**Work to complete:** Everything from the line containing "#130=AXIS2_PLACEMENT_3D('',#15,#39,#46);" through the line containing "A parametric FreeCAD" in the listing below should be copied exactly, and nothing more.

**Listed records:**

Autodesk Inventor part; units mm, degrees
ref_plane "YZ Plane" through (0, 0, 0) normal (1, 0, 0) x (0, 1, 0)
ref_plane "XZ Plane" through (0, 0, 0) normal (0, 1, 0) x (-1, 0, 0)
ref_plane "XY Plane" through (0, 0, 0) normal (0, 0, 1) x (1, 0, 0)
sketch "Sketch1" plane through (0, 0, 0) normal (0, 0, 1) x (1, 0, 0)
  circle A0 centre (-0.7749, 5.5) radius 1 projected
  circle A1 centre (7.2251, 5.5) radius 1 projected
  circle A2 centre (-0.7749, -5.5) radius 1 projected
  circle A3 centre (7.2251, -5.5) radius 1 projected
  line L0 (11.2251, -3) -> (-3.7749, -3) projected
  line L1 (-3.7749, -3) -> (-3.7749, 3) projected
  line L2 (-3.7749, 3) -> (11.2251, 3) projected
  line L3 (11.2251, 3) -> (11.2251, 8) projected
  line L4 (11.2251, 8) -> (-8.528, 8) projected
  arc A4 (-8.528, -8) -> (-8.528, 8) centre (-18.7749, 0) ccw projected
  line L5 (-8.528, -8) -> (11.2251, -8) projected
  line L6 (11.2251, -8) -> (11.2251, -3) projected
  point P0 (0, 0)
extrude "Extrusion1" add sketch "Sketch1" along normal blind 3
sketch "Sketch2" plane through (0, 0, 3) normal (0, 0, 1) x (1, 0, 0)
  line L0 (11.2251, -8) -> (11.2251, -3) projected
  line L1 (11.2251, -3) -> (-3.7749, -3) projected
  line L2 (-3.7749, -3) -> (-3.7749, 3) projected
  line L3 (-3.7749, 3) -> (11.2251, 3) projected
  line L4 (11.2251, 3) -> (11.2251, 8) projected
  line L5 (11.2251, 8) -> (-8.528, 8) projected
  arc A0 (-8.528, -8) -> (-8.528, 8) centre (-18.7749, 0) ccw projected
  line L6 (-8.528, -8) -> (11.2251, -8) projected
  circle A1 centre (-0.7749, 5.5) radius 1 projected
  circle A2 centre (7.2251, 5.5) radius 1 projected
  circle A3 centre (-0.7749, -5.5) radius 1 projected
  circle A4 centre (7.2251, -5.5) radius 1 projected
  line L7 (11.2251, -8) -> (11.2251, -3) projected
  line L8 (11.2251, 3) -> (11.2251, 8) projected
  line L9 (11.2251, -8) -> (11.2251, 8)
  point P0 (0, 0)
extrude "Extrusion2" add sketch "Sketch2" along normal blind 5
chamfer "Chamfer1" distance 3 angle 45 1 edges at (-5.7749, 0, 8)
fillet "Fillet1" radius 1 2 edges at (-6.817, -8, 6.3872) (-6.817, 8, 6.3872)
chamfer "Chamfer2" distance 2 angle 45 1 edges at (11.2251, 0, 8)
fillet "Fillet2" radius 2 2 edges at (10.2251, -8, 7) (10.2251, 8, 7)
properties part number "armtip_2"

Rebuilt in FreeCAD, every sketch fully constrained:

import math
import FreeCAD as App
import Part
import Sketcher
from FreeCAD import Vector
Q = App.Units.Quantity


def edges_at(feature, points):
    """Names of the edges that pass closest to the given points."""
    edges = feature.Shape.Edges
    near = lambda p: min(range(len(edges)), key=lambda i: edges[i].distToShape(Part.Vertex(*p))[0])
    return sorted({f"Edge{near(p) + 1}" for p in points})

doc = App.newDocument("Part")
params = doc.addObject("Spreadsheet::Sheet", "Params")
for row, (alias, value) in enumerate([
    ("sketch1_diameter", "2 mm"),
    ("sketch1_radius", "13 mm"),
    ("sketch1_width", "15 mm"),
    ("sketch1_height", "5 mm"),
    ("sketch1_height2", "6 mm"),
    ("pad1_length", "3 mm"),
    ("sketch2_diameter", "2 mm"),
    ("sketch2_radius", "13 mm"),
    ("sketch2_height", "16 mm"),
    ("pad2_length", "5 mm"),
    ("chamfer_size", "3 mm"),
    ("fillet_radius", "1 mm"),
    ("chamfer2_size", "2 mm"),
    ("fillet2_radius", "2 mm"),
], start=1):
    params.set(f"A{row}", alias)
    params.set(f"B{row}", "=" + value)
    params.setAlias(f"B{row}", alias)

body = doc.addObject("PartDesign::Body", "Body")

sketch1 = body.newObject("Sketcher::SketchObject", "Sketch")
sketch1.AttachmentSupport = (doc.getObject("XY_Plane"), [""])
sketch1.MapMode = "FlatFace"
sketch1.addGeometry(Part.LineSegment(Vector(11.2, -8, 0), Vector(11.2, -3, 0)), False)
sketch1.addGeometry(Part.LineSegment(Vector(11.2, -3, 0), Vector(-3.8, -3, 0)), False)
sketch1.addGeometry(Part.LineSegment(Vector(-3.8, -3, 0), Vector(-3.8, 3, 0)), False)
sketch1.addGeometry(Part.LineSegment(Vector(-3.8, 3, 0), Vector(11.2, 3, 0)), False)
sketch1.addGeometry(Part.LineSegment(Vector(11.2, 3, 0), Vector(11.2, 8, 0)), False)
sketch1.addGeometry(Part.LineSegment(Vector(11.2, 8, 0), Vector(-8.5, 8, 0)), False)
sketch1.addGeometry(Part.ArcOfCircle(Part.Circle(Vector(-18.8, 0, 0), Vector(0, 0, 1), 13), math.radians(-38), math.radians(38)), False)
sketch1.addGeometry(Part.LineSegment(Vector(-8.5, -8, 0), Vector(11.2, -8, 0)), False)
sketch1.addGeometry(Part.Circle(Vector(-0.8, -5.5, 0), Vector(0, 0, 1), 1), False)
sketch1.addGeometry(Part.Circle(Vector(7.2, -5.5, 0), Vector(0, 0, 1), 1), False)
sketch1.addGeometry(Part.Circle(Vector(-0.8, 5.5, 0), Vector(0, 0, 1), 1), False)
sketch1.addGeometry(Part.Circle(Vector(7.2, 5.5, 0), Vector(0, 0, 1), 1), False)
sketch1.addConstraint(Sketcher.Constraint("Coincident", 0, 2, 1, 1))
sketch1.addConstraint(Sketcher.Constraint("Coincident", 1, 2, 2, 1))
sketch1.addConstraint(Sketcher.Constraint("Coincident", 2, 2, 3, 1))
sketch1.addConstraint(Sketcher.Constraint("Coincident", 3, 2, 4, 1))
sketch1.addConstraint(Sketcher.Constraint("Coincident", 4, 2, 5, 1))
sketch1.addConstraint(Sketcher.Constraint("Coincident", 5, 2, 6, 2))
sketch1.addConstraint(Sketcher.Constraint("Coincident", 6, 1, 7, 1))
sketch1.addConstraint(Sketcher.Constraint("Coincident", 7, 2, 0, 1))
sketch1.addConstraint(Sketcher.Constraint("Vertical", 0))
sketch1.addConstraint(Sketcher.Constraint("Horizontal", 1))
sketch1.addConstraint(Sketcher.Constraint("Vertical", 2))
sketch1.addConstraint(Sketcher.Constraint("Horizontal", 3))
sketch1.addConstraint(Sketcher.Constraint("Vertical", 4))
sketch1.addConstraint(Sketcher.Constraint("Horizontal", 5))
sketch1.addConstraint(Sketcher.Constraint("Horizontal", 7))
sketch1.addConstraint(Sketcher.Constraint("Equal", 8, 9))
sketch1.addConstraint(Sketcher.Constraint("Equal", 9, 10))
sketch1.addConstraint(Sketcher.Constraint("Equal", 10, 11))
sketch1.addConstraint(Sketcher.Constraint("Symmetric", 8, 3, 10, 3, -1))
sketch1.addConstraint(Sketcher.Constraint("Symmetric", 9, 3, 11, 3, -1))
sketch1.addConstraint(Sketcher.Constraint("Symmetric", 0, 2, 3, 2, -1))
sketch1.addConstraint(Sketcher.Constraint("Symmetric", 5, 2, 6, 1, -1))
sketch1.addConstraint(Sketcher.Constraint("Horizontal", 8, 3, 9, 3))
sketch1.addConstraint(Sketcher.Constraint("Diameter", 8, Q("2 mm")))
sketch1.addConstraint(Sketcher.Constraint("Radius", 6, Q("13 mm")))
sketch1.addConstraint(Sketcher.Constraint("DistanceX", 1, 2, 1, 1, Q("15 mm")))
sketch1.addConstraint(Sketcher.Constraint("DistanceY", 0, 1, 0, 2, Q("5 mm")))
sketch1.addConstraint(Sketcher.Constraint("DistanceY", 2, 1, 2, 2, Q("6 mm")))
sketch1.addConstraint(Sketcher.Constraint("DistanceX", 6, 3, 8, 3, Q("18 mm")))
sketch1.addConstraint(Sketcher.Constraint("DistanceX", 8, 3, 9, 3, Q("8 mm")))
sketch1.addConstraint(Sketcher.Constraint("DistanceY", 8, 3, 10, 3, Q("11 mm")))
sketch1.addConstraint(Sketcher.Constraint("DistanceX", 9, 3, 0, 2, Q("4 mm")))
sketch1.addConstraint(Sketcher.Constraint("DistanceX", 6, 3, -1, 1, Q("18.775 mm")))
sketch1.setExpression("Constraints[23]", "Params.sketch1_diameter")
sketch1.setExpression("Constraints[24]", "Params.sketch1_radius")
sketch1.setExpression("Constraints[25]", "Params.sketch1_width")
sketch1.setExpression("Constraints[26]", "Params.sketch1_height")
sketch1.setExpression("Constraints[27]", "Params.sketch1_height2")
pad1 = body.newObject("PartDesign::Pad", "Pad")
pad1.Profile = sketch1
pad1.setExpression("Length", "Params.pad1_length")

sketch2 = body.newObject("Sketcher::SketchObject", "Sketch001")
sketch2.AttachmentSupport = (doc.getObject("XY_Plane"), [""])
sketch2.MapMode = "FlatFace"
sketch2.AttachmentOffset = App.Placement(Vector(0, 0, 3), App.Rotation())
sketch2.addGeometry(Part.LineSegment(Vector(-8.5, -8, 0), Vector(11.2, -8, 0)), False)
sketch2.addGeometry(Part.LineSegment(Vector(11.2, -8, 0), Vector(11.2, 8, 0)), False)
sketch2.addGeometry(Part.LineSegment(Vector(11.2, 8, 0), Vector(-8.5, 8, 0)), False)
sketch2.addGeometry(Part.ArcOfCircle(Part.Circle(Vector(-18.8, 0, 0), Vector(0, 0, 1), 13), math.radians(-38), math.radians(38)), False)
sketch2.addGeometry(Part.Circle(Vector(-0.8, -5.5, 0), Vector(0, 0, 1), 1), False)
sketch2.addGeometry(Part.Circle(Vector(7.2, -5.5, 0), Vector(0, 0, 1), 1), False)
sketch2.addGeometry(Part.Circle(Vector(-0.8, 5.5, 0), Vector(0, 0, 1), 1), False)
sketch2.addGeometry(Part.Circle(Vector(7.2, 5.5, 0), Vector(0, 0, 1), 1), False)
sketch2.addConstraint(Sketcher.Constraint("Coincident", 0, 2, 1, 1))
sketch2.addConstraint(Sketcher.Constraint("Coincident", 1, 2, 2, 1))
sketch2.addConstraint(Sketcher.Constraint("Coincident", 2, 2, 3, 2))
sketch2.addConstraint(Sketcher.Constraint("Coincident", 3, 1, 0, 1))
sketch2.addConstraint(Sketcher.Constraint("Horizontal", 0))
sketch2.addConstraint(Sketcher.Constraint("Vertical", 1))
sketch2.addConstraint(Sketcher.Constraint("Horizontal", 2))
sketch2.addConstraint(Sketcher.Constraint("Equal", 4, 5))
sketch2.addConstraint(Sketcher.Constraint("Equal", 5, 6))
sketch2.addConstraint(Sketcher.Constraint("Equal", 6, 7))
sketch2.addConstraint(Sketcher.Constraint("Symmetric", 4, 3, 6, 3, -1))
sketch2.addConstraint(Sketcher.Constraint("Symmetric", 5, 3, 7, 3, -1))
sketch2.addConstraint(Sketcher.Constraint("Symmetric", 2, 2, 3, 1, -1))
sketch2.addConstraint(Sketcher.Constraint("Horizontal", 4, 3, 5, 3))
sketch2.addConstraint(Sketcher.Constraint("Diameter", 4, Q("2 mm")))
sketch2.addConstraint(Sketcher.Constraint("Radius", 3, Q("13 mm")))
sketch2.addConstraint(Sketcher.Constraint("DistanceY", 1, 1, 1, 2, Q("16 mm")))
sketch2.addConstraint(Sketcher.Constraint("DistanceX", 3, 3, 4, 3, Q("18 mm")))
sketch2.addConstraint(Sketcher.Constraint("DistanceX", 4, 3, 5, 3, Q("8 mm")))
sketch2.addConstraint(Sketcher.Constraint("DistanceY", 4, 3, 6, 3, Q("11 mm")))
sketch2.addConstraint(Sketcher.Constraint("DistanceX", 5, 3, 0, 2, Q("4 mm")))
sketch2.addConstraint(Sketcher.Constraint("DistanceX", 3, 3, -1, 1, Q("18.775 mm")))
sketch2.setExpression("Constraints[14]", "Params.sketch2_diameter")
sketch2.setExpression("Constraints[15]", "Params.sketch2_radius")
sketch2.setExpression("Constraints[16]", "Params.sketch2_height")
pad2 = body.newObject("PartDesign::Pad", "Pad001")
pad2.Profile = sketch2
pad2.setExpression("Length", "Params.pad2_length")
doc.recompute()

chamfer = body.newObject("PartDesign::Chamfer", "Chamfer")
chamfer.Base = (pad2, edges_at(pad2, [(-5.775, 0, 8)]))
chamfer.setExpression("Size", "Params.chamfer_size")
doc.recompute()

fillet = body.newObject("PartDesign::Fillet", "Fillet")
fillet.Base = (chamfer, edges_at(chamfer, [(-6.817, -8, 6.387), (-6.817, 8, 6.387)]))
fillet.setExpression("Radius", "Params.fillet_radius")
doc.recompute()

chamfer2 = body.newObject("PartDesign::Chamfer", "Chamfer001")
chamfer2.Base = (fillet, edges_at(fillet, [(11.225, 0, 8)]))
chamfer2.setExpression("Size", "Params.chamfer2_size")
doc.recompute()

fillet2 = body.newObject("PartDesign::Fillet", "Fillet001")
fillet2.Base = (chamfer2, edges_at(chamfer2, [(10.225, -8, 7), (10.225, 8, 7)]))
fillet2.setExpression("Radius", "Params.fillet2_radius")

doc.recompute()
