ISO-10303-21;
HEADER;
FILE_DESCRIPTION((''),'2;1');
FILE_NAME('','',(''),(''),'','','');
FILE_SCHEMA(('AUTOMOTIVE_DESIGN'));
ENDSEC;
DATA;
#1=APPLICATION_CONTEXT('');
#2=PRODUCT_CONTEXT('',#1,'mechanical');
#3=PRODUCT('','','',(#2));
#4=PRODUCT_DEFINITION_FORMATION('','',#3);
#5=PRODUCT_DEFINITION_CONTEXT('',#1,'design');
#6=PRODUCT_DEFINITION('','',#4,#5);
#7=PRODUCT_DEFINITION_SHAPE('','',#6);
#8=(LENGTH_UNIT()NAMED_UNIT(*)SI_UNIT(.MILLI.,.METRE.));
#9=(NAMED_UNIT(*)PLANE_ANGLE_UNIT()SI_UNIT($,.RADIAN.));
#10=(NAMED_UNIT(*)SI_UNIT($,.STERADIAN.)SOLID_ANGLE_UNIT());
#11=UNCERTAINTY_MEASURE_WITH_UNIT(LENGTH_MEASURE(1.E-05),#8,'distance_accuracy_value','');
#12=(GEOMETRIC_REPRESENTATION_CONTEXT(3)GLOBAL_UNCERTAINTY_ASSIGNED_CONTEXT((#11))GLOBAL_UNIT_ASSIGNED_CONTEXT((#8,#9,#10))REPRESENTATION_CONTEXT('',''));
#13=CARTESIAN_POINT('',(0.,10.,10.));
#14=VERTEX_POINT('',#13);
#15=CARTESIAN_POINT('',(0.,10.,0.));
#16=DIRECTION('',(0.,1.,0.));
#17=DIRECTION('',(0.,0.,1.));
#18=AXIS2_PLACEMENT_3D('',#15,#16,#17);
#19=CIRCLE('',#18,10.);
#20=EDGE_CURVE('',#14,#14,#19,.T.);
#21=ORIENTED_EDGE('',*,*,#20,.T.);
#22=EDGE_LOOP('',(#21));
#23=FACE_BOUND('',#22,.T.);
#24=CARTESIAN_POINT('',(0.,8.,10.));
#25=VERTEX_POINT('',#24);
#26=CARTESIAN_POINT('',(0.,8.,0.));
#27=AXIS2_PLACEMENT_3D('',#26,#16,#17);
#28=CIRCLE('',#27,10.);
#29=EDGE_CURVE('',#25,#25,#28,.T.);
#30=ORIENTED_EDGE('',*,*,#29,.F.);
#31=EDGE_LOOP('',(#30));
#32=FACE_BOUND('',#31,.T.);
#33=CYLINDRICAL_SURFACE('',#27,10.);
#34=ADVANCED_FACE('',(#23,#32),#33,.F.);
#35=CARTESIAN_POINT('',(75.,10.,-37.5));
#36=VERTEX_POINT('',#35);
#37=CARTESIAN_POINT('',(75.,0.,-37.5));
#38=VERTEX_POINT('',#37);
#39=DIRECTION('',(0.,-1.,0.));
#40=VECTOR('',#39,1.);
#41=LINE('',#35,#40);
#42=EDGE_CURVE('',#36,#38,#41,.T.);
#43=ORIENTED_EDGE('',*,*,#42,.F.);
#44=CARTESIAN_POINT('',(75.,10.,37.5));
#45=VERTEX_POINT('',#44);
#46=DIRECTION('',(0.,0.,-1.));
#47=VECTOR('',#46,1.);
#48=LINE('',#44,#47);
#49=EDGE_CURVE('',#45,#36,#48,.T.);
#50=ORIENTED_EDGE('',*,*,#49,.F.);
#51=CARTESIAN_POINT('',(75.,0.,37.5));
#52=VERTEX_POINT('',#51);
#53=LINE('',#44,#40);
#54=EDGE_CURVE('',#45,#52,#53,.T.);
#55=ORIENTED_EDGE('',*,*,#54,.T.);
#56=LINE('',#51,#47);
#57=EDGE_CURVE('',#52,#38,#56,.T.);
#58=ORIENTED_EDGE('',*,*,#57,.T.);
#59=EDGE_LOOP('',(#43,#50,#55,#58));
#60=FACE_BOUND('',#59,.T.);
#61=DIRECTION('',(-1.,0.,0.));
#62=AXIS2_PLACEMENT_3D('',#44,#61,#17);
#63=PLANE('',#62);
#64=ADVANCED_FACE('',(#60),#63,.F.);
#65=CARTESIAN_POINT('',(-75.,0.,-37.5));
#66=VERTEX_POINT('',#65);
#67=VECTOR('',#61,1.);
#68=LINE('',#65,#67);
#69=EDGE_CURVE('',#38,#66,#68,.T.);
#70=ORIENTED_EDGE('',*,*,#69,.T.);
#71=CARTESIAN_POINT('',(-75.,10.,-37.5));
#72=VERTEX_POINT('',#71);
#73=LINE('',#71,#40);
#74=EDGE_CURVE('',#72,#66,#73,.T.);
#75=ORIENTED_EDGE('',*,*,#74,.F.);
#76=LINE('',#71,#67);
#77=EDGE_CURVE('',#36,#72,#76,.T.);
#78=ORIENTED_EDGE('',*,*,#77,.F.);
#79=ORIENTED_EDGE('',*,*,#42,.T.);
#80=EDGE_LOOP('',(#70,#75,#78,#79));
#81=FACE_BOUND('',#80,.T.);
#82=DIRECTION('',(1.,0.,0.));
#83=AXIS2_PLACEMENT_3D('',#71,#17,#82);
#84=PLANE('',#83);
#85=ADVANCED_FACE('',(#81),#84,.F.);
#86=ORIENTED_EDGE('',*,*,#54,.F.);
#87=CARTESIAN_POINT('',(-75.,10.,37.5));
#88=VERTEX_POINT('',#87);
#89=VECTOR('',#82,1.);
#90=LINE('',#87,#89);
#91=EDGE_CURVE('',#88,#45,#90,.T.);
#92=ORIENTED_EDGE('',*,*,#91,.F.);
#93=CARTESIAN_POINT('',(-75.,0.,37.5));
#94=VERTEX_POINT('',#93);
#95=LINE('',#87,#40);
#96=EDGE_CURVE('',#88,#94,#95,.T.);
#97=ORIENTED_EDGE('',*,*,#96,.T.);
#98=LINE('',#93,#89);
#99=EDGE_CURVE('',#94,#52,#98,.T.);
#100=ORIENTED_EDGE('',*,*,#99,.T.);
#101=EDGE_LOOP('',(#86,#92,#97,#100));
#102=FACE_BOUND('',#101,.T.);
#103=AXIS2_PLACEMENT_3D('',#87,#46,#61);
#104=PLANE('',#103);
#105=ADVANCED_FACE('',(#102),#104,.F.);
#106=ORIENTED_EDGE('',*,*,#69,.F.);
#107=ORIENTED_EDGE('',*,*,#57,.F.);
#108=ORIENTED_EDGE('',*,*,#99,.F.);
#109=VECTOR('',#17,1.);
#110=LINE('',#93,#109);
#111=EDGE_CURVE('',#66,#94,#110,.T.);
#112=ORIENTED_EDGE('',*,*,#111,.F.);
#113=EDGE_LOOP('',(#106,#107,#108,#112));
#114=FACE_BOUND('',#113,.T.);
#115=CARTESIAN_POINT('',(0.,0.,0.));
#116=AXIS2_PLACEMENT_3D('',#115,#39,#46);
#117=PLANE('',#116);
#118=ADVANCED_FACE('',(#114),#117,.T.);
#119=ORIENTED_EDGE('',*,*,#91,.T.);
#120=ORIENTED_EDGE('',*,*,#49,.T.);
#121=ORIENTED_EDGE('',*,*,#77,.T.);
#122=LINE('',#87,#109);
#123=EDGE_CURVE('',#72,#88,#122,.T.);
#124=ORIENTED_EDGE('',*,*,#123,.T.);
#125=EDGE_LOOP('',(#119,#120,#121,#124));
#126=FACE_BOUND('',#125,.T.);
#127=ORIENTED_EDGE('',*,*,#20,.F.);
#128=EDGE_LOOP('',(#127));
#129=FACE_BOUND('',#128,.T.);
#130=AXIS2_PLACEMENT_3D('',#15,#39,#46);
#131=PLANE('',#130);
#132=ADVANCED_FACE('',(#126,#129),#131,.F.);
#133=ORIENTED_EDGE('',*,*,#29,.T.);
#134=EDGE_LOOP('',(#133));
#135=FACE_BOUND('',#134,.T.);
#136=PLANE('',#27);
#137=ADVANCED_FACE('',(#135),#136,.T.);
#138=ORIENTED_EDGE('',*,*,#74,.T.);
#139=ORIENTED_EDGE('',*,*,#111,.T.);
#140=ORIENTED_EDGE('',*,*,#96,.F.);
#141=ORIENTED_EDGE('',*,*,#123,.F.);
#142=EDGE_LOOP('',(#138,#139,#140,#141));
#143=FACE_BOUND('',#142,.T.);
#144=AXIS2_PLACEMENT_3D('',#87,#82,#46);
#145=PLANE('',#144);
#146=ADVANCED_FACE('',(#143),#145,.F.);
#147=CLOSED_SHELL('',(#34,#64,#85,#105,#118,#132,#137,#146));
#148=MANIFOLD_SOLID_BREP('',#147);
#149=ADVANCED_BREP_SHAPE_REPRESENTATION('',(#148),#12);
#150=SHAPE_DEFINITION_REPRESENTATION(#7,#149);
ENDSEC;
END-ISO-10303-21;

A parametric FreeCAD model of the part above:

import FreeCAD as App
import Part
import Sketcher

V = App.Vector

doc = App.newDocument("Part")
body = doc.addObject("PartDesign::Body", "Body")

# Sketch on XZ plane
sketch1 = body.newObject("Sketcher::SketchObject", "Sketch")
sketch1.AttachmentSupport = (doc.getObject("XZ_Plane"), [""])
sketch1.MapMode = "FlatFace"
sketch1.addGeometry([
    Part.LineSegment(V(-75, -38, 0), V(-75, 38, 0)),
    Part.LineSegment(V(-75, 38, 0), V(75, 38, 0)),
    Part.LineSegment(V(75, 38, 0), V(75, -38, 0)),
    Part.LineSegment(V(75, -38, 0), V(-75, -38, 0)),
], False)
sketch1.addConstraint([
    Sketcher.Constraint("Coincident", 0, 2, 1, 1),
    Sketcher.Constraint("Coincident", 1, 2, 2, 1),
    Sketcher.Constraint("Coincident", 2, 2, 3, 1),
    Sketcher.Constraint("Coincident", 3, 2, 0, 1),
    Sketcher.Constraint("Vertical", 0),
    Sketcher.Constraint("Horizontal", 1),
    Sketcher.Constraint("Vertical", 2),
    Sketcher.Constraint("Horizontal", 3),
    Sketcher.Constraint("Symmetric", 0, 2, 2, 2, -1, 1),
    Sketcher.Constraint("DistanceX", 1, 1, 1, 2, 150.0),
    Sketcher.Constraint("DistanceY", 0, 1, 0, 2, 75.0),
])
pad1 = body.newObject("PartDesign::Pad", "Pad")
pad1.Profile = sketch1
pad1.Length = 10
pad1.Reversed = True

# Sketch on XZ plane
sketch2 = body.newObject("Sketcher::SketchObject", "Sketch001")
sketch2.AttachmentSupport = (doc.getObject("XZ_Plane"), [""])
sketch2.MapMode = "FlatFace"
sketch2.AttachmentOffset = App.Placement(V(0, 0, -10), App.Rotation())
sketch2.addGeometry(Part.Circle(V(0, 0, 0), V(0, 0, 1), 10), False)
sketch2.addConstraint([
    Sketcher.Constraint("Coincident", 0, 3, -1, 1),
    Sketcher.Constraint("Diameter", 0, 20.0),
])
pocket1 = body.newObject("PartDesign::Pocket", "Pocket")
pocket1.Profile = sketch2
pocket1.Length = 2
pocket1.Reversed = True

doc.recompute()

**Answer space:**
#130=AXIS2_PLACEMENT_3D('',#15,#39,#46);
#131=PLANE('',#130);
#132=ADVANCED_FACE('',(#126,#129),#131,.F.);
#133=ORIENTED_EDGE('',*,*,#29,.T.);
#134=EDGE_LOOP('',(#133));
#135=FACE_BOUND('',#134,.T.);
#136=PLANE('',#27);
#137=ADVANCED_FACE('',(#135),#136,.T.);
#138=ORIENTED_EDGE('',*,*,#74,.T.);
#139=ORIENTED_EDGE('',*,*,#111,.T.);
#140=ORIENTED_EDGE('',*,*,#96,.F.);
#141=ORIENTED_EDGE('',*,*,#123,.F.);
#142=EDGE_LOOP('',(#138,#139,#140,#141));
#143=FACE_BOUND('',#142,.T.);
#144=AXIS2_PLACEMENT_3D('',#87,#82,#46);
#145=PLANE('',#144);
#146=ADVANCED_FACE('',(#143),#145,.F.);
#147=CLOSED_SHELL('',(#34,#64,#85,#105,#118,#132,#137,#146));
#148=MANIFOLD_SOLID_BREP('',#147);
#149=ADVANCED_BREP_SHAPE_REPRESENTATION('',(#148),#12);
#150=SHAPE_DEFINITION_REPRESENTATION(#7,#149);
ENDSEC;
END-ISO-10303-21;

A parametric FreeCAD model of the part above:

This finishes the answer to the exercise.